EXERCISE INSTRUCTIONS:
Produce a copy of every line in the records that holds the string "CIRCLE".

DATASET RECORDS:
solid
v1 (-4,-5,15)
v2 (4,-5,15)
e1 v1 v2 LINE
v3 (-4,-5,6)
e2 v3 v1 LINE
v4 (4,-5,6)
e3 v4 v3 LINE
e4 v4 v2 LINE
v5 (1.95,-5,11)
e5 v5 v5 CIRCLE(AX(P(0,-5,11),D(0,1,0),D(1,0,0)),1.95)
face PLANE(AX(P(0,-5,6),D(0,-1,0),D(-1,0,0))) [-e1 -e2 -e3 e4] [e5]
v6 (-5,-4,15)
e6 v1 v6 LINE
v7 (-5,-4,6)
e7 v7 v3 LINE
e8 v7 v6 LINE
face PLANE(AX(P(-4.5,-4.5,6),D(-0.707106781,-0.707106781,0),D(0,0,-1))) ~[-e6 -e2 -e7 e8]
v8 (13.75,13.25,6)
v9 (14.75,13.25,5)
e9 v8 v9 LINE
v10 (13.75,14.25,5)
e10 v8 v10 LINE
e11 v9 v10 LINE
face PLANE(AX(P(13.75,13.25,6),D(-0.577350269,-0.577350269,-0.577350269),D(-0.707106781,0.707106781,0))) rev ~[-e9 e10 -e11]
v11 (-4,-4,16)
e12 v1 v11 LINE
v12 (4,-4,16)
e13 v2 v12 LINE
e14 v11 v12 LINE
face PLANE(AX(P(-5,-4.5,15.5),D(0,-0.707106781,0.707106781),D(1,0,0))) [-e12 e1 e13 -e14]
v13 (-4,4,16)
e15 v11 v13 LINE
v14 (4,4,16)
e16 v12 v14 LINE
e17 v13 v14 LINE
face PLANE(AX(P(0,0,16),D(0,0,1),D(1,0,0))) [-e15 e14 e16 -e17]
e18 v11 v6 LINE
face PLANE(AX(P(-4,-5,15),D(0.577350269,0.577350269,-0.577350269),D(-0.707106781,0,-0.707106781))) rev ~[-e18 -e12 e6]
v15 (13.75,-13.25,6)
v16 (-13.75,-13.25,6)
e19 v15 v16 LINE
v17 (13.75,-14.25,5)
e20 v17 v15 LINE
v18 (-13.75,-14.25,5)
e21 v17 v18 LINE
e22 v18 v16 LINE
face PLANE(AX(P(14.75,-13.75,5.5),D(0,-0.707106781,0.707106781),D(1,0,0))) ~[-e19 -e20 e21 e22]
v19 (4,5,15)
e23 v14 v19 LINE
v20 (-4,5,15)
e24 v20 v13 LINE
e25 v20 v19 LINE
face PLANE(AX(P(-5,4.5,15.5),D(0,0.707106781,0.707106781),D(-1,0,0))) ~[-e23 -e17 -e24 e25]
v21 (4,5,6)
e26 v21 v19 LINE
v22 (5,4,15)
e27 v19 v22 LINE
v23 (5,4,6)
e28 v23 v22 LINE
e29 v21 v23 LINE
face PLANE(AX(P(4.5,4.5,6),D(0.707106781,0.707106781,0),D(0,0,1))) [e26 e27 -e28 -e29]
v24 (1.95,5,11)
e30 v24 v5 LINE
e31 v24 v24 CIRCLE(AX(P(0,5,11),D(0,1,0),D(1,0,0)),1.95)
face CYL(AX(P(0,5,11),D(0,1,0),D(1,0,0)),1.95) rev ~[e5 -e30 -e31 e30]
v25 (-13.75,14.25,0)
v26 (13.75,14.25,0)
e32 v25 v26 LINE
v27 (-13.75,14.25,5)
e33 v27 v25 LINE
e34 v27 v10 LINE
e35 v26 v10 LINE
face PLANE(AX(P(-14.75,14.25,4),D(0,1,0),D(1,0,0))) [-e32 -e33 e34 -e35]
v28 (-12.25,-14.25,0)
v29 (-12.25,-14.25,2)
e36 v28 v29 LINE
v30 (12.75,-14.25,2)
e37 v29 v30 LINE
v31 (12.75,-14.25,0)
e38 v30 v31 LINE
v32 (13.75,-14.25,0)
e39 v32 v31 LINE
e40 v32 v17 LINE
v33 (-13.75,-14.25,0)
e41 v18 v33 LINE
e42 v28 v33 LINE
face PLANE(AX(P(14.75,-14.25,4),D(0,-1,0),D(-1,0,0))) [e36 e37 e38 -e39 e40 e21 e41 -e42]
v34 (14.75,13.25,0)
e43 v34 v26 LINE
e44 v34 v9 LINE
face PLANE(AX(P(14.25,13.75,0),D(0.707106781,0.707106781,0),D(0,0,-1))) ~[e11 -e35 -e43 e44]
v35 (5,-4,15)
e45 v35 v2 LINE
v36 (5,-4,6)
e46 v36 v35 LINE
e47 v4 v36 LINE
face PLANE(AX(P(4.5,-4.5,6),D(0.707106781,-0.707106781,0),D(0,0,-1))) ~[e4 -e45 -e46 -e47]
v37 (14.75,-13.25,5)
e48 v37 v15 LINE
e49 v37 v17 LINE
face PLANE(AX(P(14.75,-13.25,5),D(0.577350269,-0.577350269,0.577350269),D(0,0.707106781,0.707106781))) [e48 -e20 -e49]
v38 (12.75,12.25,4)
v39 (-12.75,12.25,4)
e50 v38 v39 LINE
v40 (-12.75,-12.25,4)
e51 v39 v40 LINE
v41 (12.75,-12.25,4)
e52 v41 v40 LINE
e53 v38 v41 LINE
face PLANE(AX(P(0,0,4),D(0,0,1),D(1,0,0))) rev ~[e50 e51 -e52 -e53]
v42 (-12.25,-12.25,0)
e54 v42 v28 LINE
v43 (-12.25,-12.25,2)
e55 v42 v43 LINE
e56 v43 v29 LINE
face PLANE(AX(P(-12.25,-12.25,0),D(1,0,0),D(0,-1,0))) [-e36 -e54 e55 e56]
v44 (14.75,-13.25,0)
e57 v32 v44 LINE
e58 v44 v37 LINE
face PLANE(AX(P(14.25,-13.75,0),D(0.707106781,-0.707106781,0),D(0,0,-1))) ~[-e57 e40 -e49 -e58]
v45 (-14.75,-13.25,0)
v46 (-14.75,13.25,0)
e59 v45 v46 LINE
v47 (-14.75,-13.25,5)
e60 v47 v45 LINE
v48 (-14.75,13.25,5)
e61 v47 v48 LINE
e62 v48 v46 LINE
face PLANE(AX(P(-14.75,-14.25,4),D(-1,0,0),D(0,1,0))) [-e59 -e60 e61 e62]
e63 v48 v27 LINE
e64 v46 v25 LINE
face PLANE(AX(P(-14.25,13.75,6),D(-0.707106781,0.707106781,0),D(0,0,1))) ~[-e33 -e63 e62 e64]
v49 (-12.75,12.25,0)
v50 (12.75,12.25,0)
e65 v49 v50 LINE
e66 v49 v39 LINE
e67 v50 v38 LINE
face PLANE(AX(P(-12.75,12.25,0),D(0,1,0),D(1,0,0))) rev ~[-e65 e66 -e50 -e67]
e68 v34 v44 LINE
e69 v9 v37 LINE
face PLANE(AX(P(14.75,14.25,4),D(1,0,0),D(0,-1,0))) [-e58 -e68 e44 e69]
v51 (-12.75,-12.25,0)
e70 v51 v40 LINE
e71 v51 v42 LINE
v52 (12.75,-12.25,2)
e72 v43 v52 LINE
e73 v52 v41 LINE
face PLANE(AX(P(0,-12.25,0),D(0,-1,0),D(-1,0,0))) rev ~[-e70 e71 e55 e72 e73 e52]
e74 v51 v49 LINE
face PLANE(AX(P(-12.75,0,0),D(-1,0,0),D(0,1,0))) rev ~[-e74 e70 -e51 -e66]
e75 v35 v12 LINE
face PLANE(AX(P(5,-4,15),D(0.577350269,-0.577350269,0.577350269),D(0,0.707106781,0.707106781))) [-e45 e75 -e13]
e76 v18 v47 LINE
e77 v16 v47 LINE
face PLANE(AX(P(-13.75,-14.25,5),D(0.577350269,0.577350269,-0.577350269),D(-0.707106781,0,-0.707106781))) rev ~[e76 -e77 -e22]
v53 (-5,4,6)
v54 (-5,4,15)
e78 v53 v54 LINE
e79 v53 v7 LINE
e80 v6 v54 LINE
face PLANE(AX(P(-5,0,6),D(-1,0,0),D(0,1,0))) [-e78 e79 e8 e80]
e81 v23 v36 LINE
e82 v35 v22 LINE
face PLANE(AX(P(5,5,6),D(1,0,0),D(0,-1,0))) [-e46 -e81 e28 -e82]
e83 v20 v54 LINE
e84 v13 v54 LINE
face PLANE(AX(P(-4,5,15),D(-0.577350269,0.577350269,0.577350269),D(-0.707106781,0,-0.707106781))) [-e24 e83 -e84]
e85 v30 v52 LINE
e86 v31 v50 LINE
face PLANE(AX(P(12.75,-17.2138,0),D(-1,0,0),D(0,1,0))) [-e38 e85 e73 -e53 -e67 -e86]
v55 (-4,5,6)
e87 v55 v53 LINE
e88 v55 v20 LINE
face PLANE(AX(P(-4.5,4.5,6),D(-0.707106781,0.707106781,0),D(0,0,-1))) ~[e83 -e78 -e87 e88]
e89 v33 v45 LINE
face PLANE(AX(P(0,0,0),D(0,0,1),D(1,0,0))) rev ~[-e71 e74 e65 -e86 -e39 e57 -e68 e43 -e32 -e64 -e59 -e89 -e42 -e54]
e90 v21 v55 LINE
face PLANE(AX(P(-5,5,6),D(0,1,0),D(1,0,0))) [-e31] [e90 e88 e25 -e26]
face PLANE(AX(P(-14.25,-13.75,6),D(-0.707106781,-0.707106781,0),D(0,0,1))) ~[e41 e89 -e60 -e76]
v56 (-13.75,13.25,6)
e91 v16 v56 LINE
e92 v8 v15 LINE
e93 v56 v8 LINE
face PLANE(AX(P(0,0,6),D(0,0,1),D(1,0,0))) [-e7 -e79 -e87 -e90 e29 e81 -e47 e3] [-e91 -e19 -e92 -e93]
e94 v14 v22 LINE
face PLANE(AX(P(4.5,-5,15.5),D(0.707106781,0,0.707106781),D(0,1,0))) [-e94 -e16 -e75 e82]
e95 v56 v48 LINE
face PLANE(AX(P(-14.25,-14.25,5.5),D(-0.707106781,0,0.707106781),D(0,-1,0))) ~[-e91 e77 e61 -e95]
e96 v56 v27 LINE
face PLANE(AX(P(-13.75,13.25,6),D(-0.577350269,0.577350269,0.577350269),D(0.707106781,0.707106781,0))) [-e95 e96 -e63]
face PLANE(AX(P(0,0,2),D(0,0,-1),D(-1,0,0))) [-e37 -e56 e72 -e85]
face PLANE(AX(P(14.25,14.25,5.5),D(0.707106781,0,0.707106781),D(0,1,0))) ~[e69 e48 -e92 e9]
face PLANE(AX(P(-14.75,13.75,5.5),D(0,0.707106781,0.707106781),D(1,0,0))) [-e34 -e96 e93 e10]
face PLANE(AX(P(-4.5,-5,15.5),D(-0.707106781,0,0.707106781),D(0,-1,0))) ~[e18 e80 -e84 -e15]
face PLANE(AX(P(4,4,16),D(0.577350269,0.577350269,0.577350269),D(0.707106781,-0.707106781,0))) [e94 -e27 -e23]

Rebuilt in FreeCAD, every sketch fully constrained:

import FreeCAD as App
import Part
import Sketcher
from FreeCAD import Vector
Q = App.Units.Quantity


def edges_at(feature, points):
    """Names of the edges that pass closest to the given points."""
    edges = feature.Shape.Edges
    near = lambda p: min(range(len(edges)), key=lambda i: edges[i].distToShape(Part.Vertex(*p))[0])
    return sorted({f"Edge{near(p) + 1}" for p in points})

doc = App.newDocument("Part")
body = doc.addObject("PartDesign::Body", "Body")

# Sketch on XY plane
sketch1 = body.newObject("Sketcher::SketchObject", "Sketch")
sketch1.AttachmentSupport = (doc.getObject("XY_Plane"), [""])
sketch1.MapMode = "FlatFace"
sketch1.addGeometry([
    Part.LineSegment(Vector(-15, 14, 0), Vector(-15, -14, 0)),  # 0
    Part.LineSegment(Vector(-15, -14, 0), Vector(15, -14, 0)),  # 1
    Part.LineSegment(Vector(15, -14, 0), Vector(15, 14, 0)),  # 2
    Part.LineSegment(Vector(15, 14, 0), Vector(-15, 14, 0)),  # 3
    Part.LineSegment(Vector(-13, 12, 0), Vector(13, 12, 0)),  # 4
    Part.LineSegment(Vector(13, 12, 0), Vector(13, -12, 0)),  # 5
    Part.LineSegment(Vector(13, -12, 0), Vector(-13, -12, 0)),  # 6
    Part.LineSegment(Vector(-13, -12, 0), Vector(-13, 12, 0)),  # 7
], False)
sketch1.addConstraint([
    Sketcher.Constraint("Coincident", 0, 2, 1, 1),
    Sketcher.Constraint("Coincident", 1, 2, 2, 1),
    Sketcher.Constraint("Coincident", 2, 2, 3, 1),
    Sketcher.Constraint("Coincident", 3, 2, 0, 1),
    Sketcher.Constraint("Coincident", 4, 2, 5, 1),
    Sketcher.Constraint("Coincident", 5, 2, 6, 1),
    Sketcher.Constraint("Coincident", 6, 2, 7, 1),
    Sketcher.Constraint("Coincident", 7, 2, 4, 1),
    Sketcher.Constraint("Vertical", 0),
    Sketcher.Constraint("Horizontal", 1),
    Sketcher.Constraint("Vertical", 2),
    Sketcher.Constraint("Horizontal", 3),
    Sketcher.Constraint("Horizontal", 4),
    Sketcher.Constraint("Vertical", 5),
    Sketcher.Constraint("Horizontal", 6),
    Sketcher.Constraint("Vertical", 7),
    Sketcher.Constraint("Symmetric", 0, 2, 2, 2, -1, 1),
    Sketcher.Constraint("Symmetric", 4, 2, 6, 2, -1, 1),
    Sketcher.Constraint("DistanceX", 4, 1, 4, 2, Q("25.5 mm")),
    Sketcher.Constraint("DistanceY", 5, 2, 5, 1, Q("24.5 mm")),
    Sketcher.Constraint("DistanceX", 4, 2, 2, 2, Q("2 mm")),
    Sketcher.Constraint("DistanceY", 4, 2, 2, 2, Q("2 mm")),
])
pad1 = body.newObject("PartDesign::Pad", "Pad")
pad1.Profile = sketch1
pad1.Length = 4

# Sketch on XY plane
sketch2 = body.newObject("Sketcher::SketchObject", "Sketch001")
sketch2.AttachmentSupport = (doc.getObject("XY_Plane"), [""])
sketch2.MapMode = "FlatFace"
sketch2.AttachmentOffset = App.Placement(Vector(0, 0, 4), App.Rotation())
sketch2.addGeometry([
    Part.LineSegment(Vector(-15, -14, 0), Vector(15, -14, 0)),
    Part.LineSegment(Vector(15, -14, 0), Vector(15, 14, 0)),
    Part.LineSegment(Vector(15, 14, 0), Vector(-15, 14, 0)),
    Part.LineSegment(Vector(-15, 14, 0), Vector(-15, -14, 0)),
], False)
sketch2.addConstraint([
    Sketcher.Constraint("Coincident", 0, 2, 1, 1),
    Sketcher.Constraint("Coincident", 1, 2, 2, 1),
    Sketcher.Constraint("Coincident", 2, 2, 3, 1),
    Sketcher.Constraint("Coincident", 3, 2, 0, 1),
    Sketcher.Constraint("Horizontal", 0),
    Sketcher.Constraint("Vertical", 1),
    Sketcher.Constraint("Horizontal", 2),
    Sketcher.Constraint("Vertical", 3),
    Sketcher.Constraint("Symmetric", 0, 2, 2, 2, -1, 1),
    Sketcher.Constraint("DistanceX", 0, 1, 0, 2, Q("29.5 mm")),
    Sketcher.Constraint("DistanceY", 1, 1, 1, 2, Q("28.5 mm")),
])
pad2 = body.newObject("PartDesign::Pad", "Pad001")
pad2.Profile = sketch2
pad2.Length = 2
doc.recompute()

chamfer = body.newObject("PartDesign::Chamfer", "Chamfer")
chamfer.Base = (pad2, edges_at(pad2, [
    (14.75, 14.25, 3),
    (-14.75, 14.25, 3),
    (-14.75, 0, 6),
    (0, -14.25, 6),
    (-14.75, -14.25, 3),
    (14.75, -14.25, 3),
    (14.75, 0, 6),
    (0, 14.25, 6),
]))
chamfer.Size = 1

# Sketch on XY plane
sketch3 = body.newObject("Sketcher::SketchObject", "Sketch002")
sketch3.AttachmentSupport = (doc.getObject("XY_Plane"), [""])
sketch3.MapMode = "FlatFace"
sketch3.addGeometry([
    Part.LineSegment(Vector(-12.2, -17.2, 0), Vector(-12.2, -12.2, 0)),
    Part.LineSegment(Vector(-12.2, -12.2, 0), Vector(12.8, -12.2, 0)),
    Part.LineSegment(Vector(12.8, -12.2, 0), Vector(12.8, -17.2, 0)),
    Part.LineSegment(Vector(12.8, -17.2, 0), Vector(-12.2, -17.2, 0)),
], False)
sketch3.addConstraint([
    Sketcher.Constraint("Coincident", 0, 2, 1, 1),
    Sketcher.Constraint("Coincident", 1, 2, 2, 1),
    Sketcher.Constraint("Coincident", 2, 2, 3, 1),
    Sketcher.Constraint("Coincident", 3, 2, 0, 1),
    Sketcher.Constraint("Vertical", 0),
    Sketcher.Constraint("Horizontal", 1),
    Sketcher.Constraint("Vertical", 2),
    Sketcher.Constraint("Horizontal", 3),
    Sketcher.Constraint("DistanceX", 1, 1, 1, 2, Q("25 mm")),
    Sketcher.Constraint("DistanceX", 0, 2, -1, 1, Q("12.25 mm")),
    Sketcher.Constraint("DistanceY", 0, 2, -1, 1, Q("12.25 mm")),
    Sketcher.Constraint("DistanceY", 0, 1, 0, 2, Q("4.9638 mm")),
])
pocket1 = body.newObject("PartDesign::Pocket", "Pocket")
pocket1.Profile = sketch3
pocket1.Length = 2
pocket1.Reversed = True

TASK RESULT:
e5 v5 v5 CIRCLE(AX(P(0,-5,11),D(0,1,0),D(1,0,0)),1.95)
e31 v24 v24 CIRCLE(AX(P(0,5,11),D(0,1,0),D(1,0,0)),1.95)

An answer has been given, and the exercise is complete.